Source: CyberConnect
Lens Protocol
Lens Protocol focuses on the Web3 creator economy, enabling content creators to truly own their content and their followers. When we wrote the first article about Lens Protocol, it didn't has any live dApps. Since it launched on mainnet on May 18, now you can find 6 dApps built upon it from its website, although the user experience is still quite primitive.
CyberConnect and Lens Protocol are the most well-known projects in this area, but both have not issued their tokens and have not released detail of their tokenomics as well. However, there is another social graph project, called Subsocial, that is built for Polkadot ecosystem. This project has already issued tokens. Therefore, we could gain some idea from it for the potential tokenomics for CyberConnect and Lens Protocol.

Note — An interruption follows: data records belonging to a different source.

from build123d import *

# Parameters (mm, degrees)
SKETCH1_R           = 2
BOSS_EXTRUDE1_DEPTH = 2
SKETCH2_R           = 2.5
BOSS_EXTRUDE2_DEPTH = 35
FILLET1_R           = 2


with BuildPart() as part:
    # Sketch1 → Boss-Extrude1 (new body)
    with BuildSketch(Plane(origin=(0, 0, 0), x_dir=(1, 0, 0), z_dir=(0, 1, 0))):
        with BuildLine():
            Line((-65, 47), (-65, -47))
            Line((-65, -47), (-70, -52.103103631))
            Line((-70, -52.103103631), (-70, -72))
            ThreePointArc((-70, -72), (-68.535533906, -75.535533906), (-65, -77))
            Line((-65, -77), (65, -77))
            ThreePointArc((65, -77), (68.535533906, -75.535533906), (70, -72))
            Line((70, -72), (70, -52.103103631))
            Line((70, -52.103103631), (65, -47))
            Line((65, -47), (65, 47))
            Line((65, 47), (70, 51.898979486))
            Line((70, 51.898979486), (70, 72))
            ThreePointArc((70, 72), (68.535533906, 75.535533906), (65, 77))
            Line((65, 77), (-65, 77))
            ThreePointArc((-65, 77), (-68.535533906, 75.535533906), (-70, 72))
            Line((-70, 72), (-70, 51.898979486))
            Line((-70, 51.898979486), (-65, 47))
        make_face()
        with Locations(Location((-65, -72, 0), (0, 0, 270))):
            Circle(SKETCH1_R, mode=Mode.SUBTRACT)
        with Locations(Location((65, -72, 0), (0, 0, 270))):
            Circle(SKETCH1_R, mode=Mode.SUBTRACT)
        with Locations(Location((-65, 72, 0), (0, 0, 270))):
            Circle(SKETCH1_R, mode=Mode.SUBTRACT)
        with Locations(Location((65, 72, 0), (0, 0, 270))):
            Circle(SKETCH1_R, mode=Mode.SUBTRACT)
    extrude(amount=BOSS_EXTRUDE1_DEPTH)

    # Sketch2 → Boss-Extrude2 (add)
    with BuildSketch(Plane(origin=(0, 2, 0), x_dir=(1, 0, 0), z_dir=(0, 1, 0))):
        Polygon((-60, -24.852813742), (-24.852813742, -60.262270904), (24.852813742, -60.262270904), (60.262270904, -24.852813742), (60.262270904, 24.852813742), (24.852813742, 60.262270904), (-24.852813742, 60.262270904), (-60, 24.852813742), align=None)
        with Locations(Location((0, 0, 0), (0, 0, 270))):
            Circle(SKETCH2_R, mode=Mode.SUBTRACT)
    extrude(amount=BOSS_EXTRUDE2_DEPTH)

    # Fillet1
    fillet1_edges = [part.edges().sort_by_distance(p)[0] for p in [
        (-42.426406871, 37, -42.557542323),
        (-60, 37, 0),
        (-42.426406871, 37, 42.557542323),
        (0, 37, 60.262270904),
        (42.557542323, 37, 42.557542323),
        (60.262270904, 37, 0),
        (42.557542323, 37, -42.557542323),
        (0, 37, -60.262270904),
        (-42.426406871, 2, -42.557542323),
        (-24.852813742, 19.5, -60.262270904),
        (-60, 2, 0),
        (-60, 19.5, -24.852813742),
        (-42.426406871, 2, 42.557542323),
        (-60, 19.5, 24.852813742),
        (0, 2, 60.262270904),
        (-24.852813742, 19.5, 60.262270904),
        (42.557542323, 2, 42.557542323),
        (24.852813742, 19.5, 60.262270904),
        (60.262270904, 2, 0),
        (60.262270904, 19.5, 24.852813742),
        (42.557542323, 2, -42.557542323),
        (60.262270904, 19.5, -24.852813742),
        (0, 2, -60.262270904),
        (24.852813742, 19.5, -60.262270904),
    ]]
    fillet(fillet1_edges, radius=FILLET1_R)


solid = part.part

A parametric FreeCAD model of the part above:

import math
import FreeCAD as App
import Part
import Sketcher
Q = App.Units.Quantity


def edges_at(feature, points):
    """Names of the edges that pass closest to the given points."""
    edges = feature.Shape.Edges
    near = lambda p: min(range(len(edges)), key=lambda i: edges[i].distToShape(Part.Vertex(*p))[0])
    return sorted({f"Edge{near(p) + 1}" for p in points})

doc = App.newDocument("Part")
body = doc.addObject("PartDesign::Body", "Body")

sketch1 = doc.addObject("Sketcher::SketchObject", "Sketch")
body.addObject(sketch1)
sketch1.AttachmentSupport = (doc.XZ_Plane, [""])
sketch1.MapMode = "FlatFace"
sketch1.addGeometry(Part.LineSegment(App.Vector(-65, -47, 0), App.Vector(-65, 47, 0)), False)
sketch1.addGeometry(Part.LineSegment(App.Vector(-65, 47, 0), App.Vector(-70, 52.103104, 0)), False)
sketch1.addGeometry(Part.LineSegment(App.Vector(-70, 52.103104, 0), App.Vector(-70, 72, 0)), False)
sketch1.addGeometry(Part.ArcOfCircle(Part.Circle(App.Vector(-65, 72, 0), App.Vector(0, 0, 1), 5), math.radians(90), math.radians(180)), False)
sketch1.addGeometry(Part.LineSegment(App.Vector(-65, 77, 0), App.Vector(65, 77, 0)), False)
sketch1.addGeometry(Part.ArcOfCircle(Part.Circle(App.Vector(65, 72, 0), App.Vector(0, 0, 1), 5), math.radians(0), math.radians(90)), False)
sketch1.addGeometry(Part.LineSegment(App.Vector(70, 72, 0), App.Vector(70, 52.103104, 0)), False)
sketch1.addGeometry(Part.LineSegment(App.Vector(70, 52.103104, 0), App.Vector(65, 47, 0)), False)
sketch1.addGeometry(Part.LineSegment(App.Vector(65, 47, 0), App.Vector(65, -47, 0)), False)
sketch1.addGeometry(Part.LineSegment(App.Vector(65, -47, 0), App.Vector(70, -51.898979, 0)), False)
sketch1.addGeometry(Part.LineSegment(App.Vector(70, -51.898979, 0), App.Vector(70, -72, 0)), False)
sketch1.addGeometry(Part.ArcOfCircle(Part.Circle(App.Vector(65, -72, 0), App.Vector(0, 0, 1), 5), math.radians(-90), math.radians(0)), False)
sketch1.addGeometry(Part.LineSegment(App.Vector(65, -77, 0), App.Vector(-65, -77, 0)), False)
sketch1.addGeometry(Part.ArcOfCircle(Part.Circle(App.Vector(-65, -72, 0), App.Vector(0, 0, 1), 5), math.radians(180), math.radians(270)), False)
sketch1.addGeometry(Part.LineSegment(App.Vector(-70, -72, 0), App.Vector(-70, -51.898979, 0)), False)
sketch1.addGeometry(Part.LineSegment(App.Vector(-70, -51.898979, 0), App.Vector(-65, -47, 0)), False)
sketch1.addGeometry(Part.Circle(App.Vector(-65, 72, 0), App.Vector(0, 0, 1), 2), False)
sketch1.addGeometry(Part.Circle(App.Vector(65, 72, 0), App.Vector(0, 0, 1), 2), False)
sketch1.addGeometry(Part.Circle(App.Vector(-65, -72, 0), App.Vector(0, 0, 1), 2), False)
sketch1.addGeometry(Part.Circle(App.Vector(65, -72, 0), App.Vector(0, 0, 1), 2), False)
sketch1.addConstraint(Sketcher.Constraint("Coincident", 0, 2, 1, 1))
sketch1.addConstraint(Sketcher.Constraint("Coincident", 1, 2, 2, 1))
sketch1.addConstraint(Sketcher.Constraint("Tangent", 2, 2, 3, 2))
sketch1.addConstraint(Sketcher.Constraint("Tangent", 3, 1, 4, 1))
sketch1.addConstraint(Sketcher.Constraint("Tangent", 4, 2, 5, 2))
sketch1.addConstraint(Sketcher.Constraint("Tangent", 5, 1, 6, 1))
sketch1.addConstraint(Sketcher.Constraint("Coincident", 6, 2, 7, 1))
sketch1.addConstraint(Sketcher.Constraint("Coincident", 7, 2, 8, 1))
sketch1.addConstraint(Sketcher.Constraint("Coincident", 8, 2, 9, 1))
sketch1.addConstraint(Sketcher.Constraint("Coincident", 9, 2, 10, 1))
sketch1.addConstraint(Sketcher.Constraint("Tangent", 10, 2, 11, 2))
sketch1.addConstraint(Sketcher.Constraint("Tangent", 11, 1, 12, 1))
sketch1.addConstraint(Sketcher.Constraint("Tangent", 12, 2, 13, 2))
sketch1.addConstraint(Sketcher.Constraint("Tangent", 13, 1, 14, 1))
sketch1.addConstraint(Sketcher.Constraint("Coincident", 14, 2, 15, 1))
sketch1.addConstraint(Sketcher.Constraint("Coincident", 15, 2, 0, 1))
sketch1.addConstraint(Sketcher.Constraint("Vertical", 0))
sketch1.addConstraint(Sketcher.Constraint("Vertical", 2))
sketch1.addConstraint(Sketcher.Constraint("Horizontal", 4))
sketch1.addConstraint(Sketcher.Constraint("Vertical", 6))
sketch1.addConstraint(Sketcher.Constraint("Vertical", 8))
sketch1.addConstraint(Sketcher.Constraint("Vertical", 10))
sketch1.addConstraint(Sketcher.Constraint("Horizontal", 12))
sketch1.addConstraint(Sketcher.Constraint("Vertical", 14))
sketch1.addConstraint(Sketcher.Constraint("Coincident", 16, 3, 3, 3))
sketch1.addConstraint(Sketcher.Constraint("Coincident", 17, 3, 5, 3))
sketch1.addConstraint(Sketcher.Constraint("Coincident", 18, 3, 13, 3))
sketch1.addConstraint(Sketcher.Constraint("Coincident", 19, 3, 11, 3))
sketch1.addConstraint(Sketcher.Constraint("Equal", 3, 5))
sketch1.addConstraint(Sketcher.Constraint("Equal", 5, 11))
sketch1.addConstraint(Sketcher.Constraint("Equal", 11, 13))
sketch1.addConstraint(Sketcher.Constraint("Equal", 16, 17))
sketch1.addConstraint(Sketcher.Constraint("Equal", 17, 18))
sketch1.addConstraint(Sketcher.Constraint("Equal", 18, 19))
sketch1.addConstraint(Sketcher.Constraint("Symmetric", 3, 3, 11, 3, -1, 1))
sketch1.addConstraint(Sketcher.Constraint("Symmetric", 0, 2, 8, 2, -1, 1))
sketch1.addConstraint(Sketcher.Constraint("Symmetric", 1, 2, 6, 2, -2))
sketch1.addConstraint(Sketcher.Constraint("Symmetric", 9, 2, 14, 2, -2))
sketch1.addConstraint(Sketcher.Constraint("Perpendicular", 7, 9))
sketch1.addConstraint(Sketcher.Constraint("Perpendicular", 1, 15))
sketch1.addConstraint(Sketcher.Constraint("Horizontal", 0, 2, 7, 2))
sketch1.addConstraint(Sketcher.Constraint("Vertical", 18, 3, 0, 2))
sketch1.addConstraint(Sketcher.Constraint("Diameter", 16, Q("4 mm")))
sketch1.addConstraint(Sketcher.Constraint("Radius", 3, Q("5 mm")))
sketch1.addConstraint(Sketcher.Constraint("DistanceX", 4, 1, 4, 2, Q("130 mm")))
sketch1.addConstraint(Sketcher.Constraint("DistanceY", 0, 1, 0, 2, Q("94 mm")))
sketch1.addConstraint(Sketcher.Constraint("Distance", 9, Q("7 mm")))
sketch1.addConstraint(Sketcher.Constraint("DistanceY", -1, 1, 3, 3, Q("72 mm")))
pad1 = doc.addObject("PartDesign::Pad", "Pad")
body.addObject(pad1)
pad1.Profile = sketch1
pad1.Length = 2
pad1.Reversed = True

sketch2 = doc.addObject("Sketcher::SketchObject", "Sketch001")
body.addObject(sketch2)
sketch2.AttachmentSupport = (doc.XZ_Plane, [""])
sketch2.MapMode = "FlatFace"
sketch2.AttachmentOffset = App.Placement(App.Vector(0, 0, -2), App.Rotation())
sketch2.addGeometry(Part.LineSegment(App.Vector(-60, 24.852814, 0), App.Vector(-24.852814, 60.262271, 0)), False)
sketch2.addGeometry(Part.LineSegment(App.Vector(-24.852814, 60.262271, 0), App.Vector(24.852814, 60.262271, 0)), False)
sketch2.addGeometry(Part.LineSegment(App.Vector(24.852814, 60.262271, 0), App.Vector(60.262271, 24.852814, 0)), False)
sketch2.addGeometry(Part.LineSegment(App.Vector(60.262271, 24.852814, 0), App.Vector(60.262271, -24.852814, 0)), False)
sketch2.addGeometry(Part.LineSegment(App.Vector(60.262271, -24.852814, 0), App.Vector(24.852814, -60.262271, 0)), False)
sketch2.addGeometry(Part.LineSegment(App.Vector(24.852814, -60.262271, 0), App.Vector(-24.852814, -60.262271, 0)), False)
sketch2.addGeometry(Part.LineSegment(App.Vector(-24.852814, -60.262271, 0), App.Vector(-60, -24.852814, 0)), False)
sketch2.addGeometry(Part.LineSegment(App.Vector(-60, -24.852814, 0), App.Vector(-60, 24.852814, 0)), False)
sketch2.addGeometry(Part.Circle(App.Vector(0, 0, 0), App.Vector(0, 0, 1), 2.5), False)
sketch2.addConstraint(Sketcher.Constraint("Coincident", 0, 2, 1, 1))
sketch2.addConstraint(Sketcher.Constraint("Coincident", 1, 2, 2, 1))
sketch2.addConstraint(Sketcher.Constraint("Coincident", 2, 2, 3, 1))
sketch2.addConstraint(Sketcher.Constraint("Coincident", 3, 2, 4, 1))
sketch2.addConstraint(Sketcher.Constraint("Coincident", 4, 2, 5, 1))
sketch2.addConstraint(Sketcher.Constraint("Coincident", 5, 2, 6, 1))
sketch2.addConstraint(Sketcher.Constraint("Coincident", 6, 2, 7, 1))
sketch2.addConstraint(Sketcher.Constraint("Coincident", 7, 2, 0, 1))
sketch2.addConstraint(Sketcher.Constraint("Horizontal", 1))
sketch2.addConstraint(Sketcher.Constraint("Vertical", 3))
sketch2.addConstraint(Sketcher.Constraint("Horizontal", 5))
sketch2.addConstraint(Sketcher.Constraint("Vertical", 7))
sketch2.addConstraint(Sketcher.Constraint("Coincident", 8, 3, -1, 1))
sketch2.addConstraint(Sketcher.Constraint("Symmetric", 0, 2, 4, 2, -1, 1))
sketch2.addConstraint(Sketcher.Constraint("Perpendicular", 2, 4))
sketch2.addConstraint(Sketcher.Constraint("Horizontal", 3, 2, 6, 2))
sketch2.addConstraint(Sketcher.Constraint("Horizontal", 2, 2, 7, 2))
sketch2.addConstraint(Sketcher.Constraint("Vertical", 1, 2, 4, 2))
sketch2.addConstraint(Sketcher.Constraint("Vertical", 0, 2, 5, 2))
sketch2.addConstraint(Sketcher.Constraint("Equal", 5, 3))
sketch2.addConstraint(Sketcher.Constraint("Equal", 2, 4))
sketch2.addConstraint(Sketcher.Constraint("Diameter", 8, Q("5 mm")))
sketch2.addConstraint(Sketcher.Constraint("DistanceX", 6, 2, -1, 1, Q("60 mm")))
sketch2.addConstraint(Sketcher.Constraint("DistanceX", 1, 1, 1, 2, Q("49.705627 mm")))
sketch2.addConstraint(Sketcher.Constraint("DistanceY", -1, 1, 0, 2, Q("60.262271 mm")))
pad2 = doc.addObject("PartDesign::Pad", "Pad001")
body.addObject(pad2)
pad2.Profile = sketch2
pad2.Length = 35
pad2.Reversed = True
doc.recompute()

fillet = doc.addObject("PartDesign::Fillet", "Fillet")
body.addObject(fillet)
fillet.Base = (pad2, edges_at(pad2, [
    (-42.426, 37, -42.558),
    (-60, 37, 0),
    (-42.426, 37, 42.558),
    (0, 37, 60.262),
    (42.558, 37, 42.558),
    (60.262, 37, 0),
    (42.558, 37, -42.558),
    (0, 37, -60.262),
    (-42.426, 2, -42.558),
    (-24.853, 19.5, -60.262),
    (-60, 2, 0),
    (-60, 19.5, -24.853),
    (-42.426, 2, 42.558),
    (-60, 19.5, 24.853),
    (0, 2, 60.262),
    (-24.853, 19.5, 60.262),
    (42.558, 2, 42.558),
    (24.853, 19.5, 60.262),
    (60.262, 2, 0),
    (60.262, 19.5, 24.853),
    (42.558, 2, -42.558),
    (60.262, 19.5, -24.853),
    (0, 2, -60.262),
    (24.853, 19.5, -60.262),
]))
fillet.Radius = 2

doc.recompute()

Subsocial - Polkadot's Social Graph
Subsocial is a Polkadot project, it is launching a parachain named SubsocialX and is also building a standalone chain named Subsocial. The standalone chain and the parachain serve a different business purpose under the Subsocial project.
The architecture for Subsocial is similar to that of CyberConnect and Lens Protocol, it has building blocks including "Space", "Post", "Comments", "Upvotes", "Downvotes", and "Follows". dApps can use these basic blocks to create applications we are familiar with in Web2. For example, "Space" is similar to publication on Medium, and "Post" is similar to tweets on Twitter.
Tokenomics for Subsocial
Here the purpose is to gain some insights regarding what are the utilities of tokens for a Web3 social graph project. Therefore, I will focus on the utility side of tokenomics, that is why people will desire to hold tokens.
Firstly, it is a governance token that has voting power. Governance power alone doesn't generate too much demand. Some more interesting utility features outlined by the project include:
- Content creators to get their content prioritized ("advertising" in a sense)
- Get access to special contents
- Content Monetization, such as tips, subscriptions, selling or renting "Space"
To sum up, you need to spend the token in order to use Subsocial's service.
Spending Token v/s Holding Token
This is a common characteristic of Web3 projects' tokens, they are used inside the project's ecosystem as a medium of exchange, or put in another way, you need to spend those tokens.
However, this raises a problem, if a token's leading utility is for spending, then it cannot appreciate too much in value. Otherwise, the overall price of the service will become more expensive with the rising price of the token, and service providers that are using the platform need to adjust their service charges frequently.
Closing Thoughts
In my view, the next major infrastructure to get more users into Web3 is the Social Graph projects, but there doesn't seem to be a good token economy design to capture more value. CyberConnect recently hinted at a possible $CYBER token offering, and I'm looking forward to a more creative token economy design.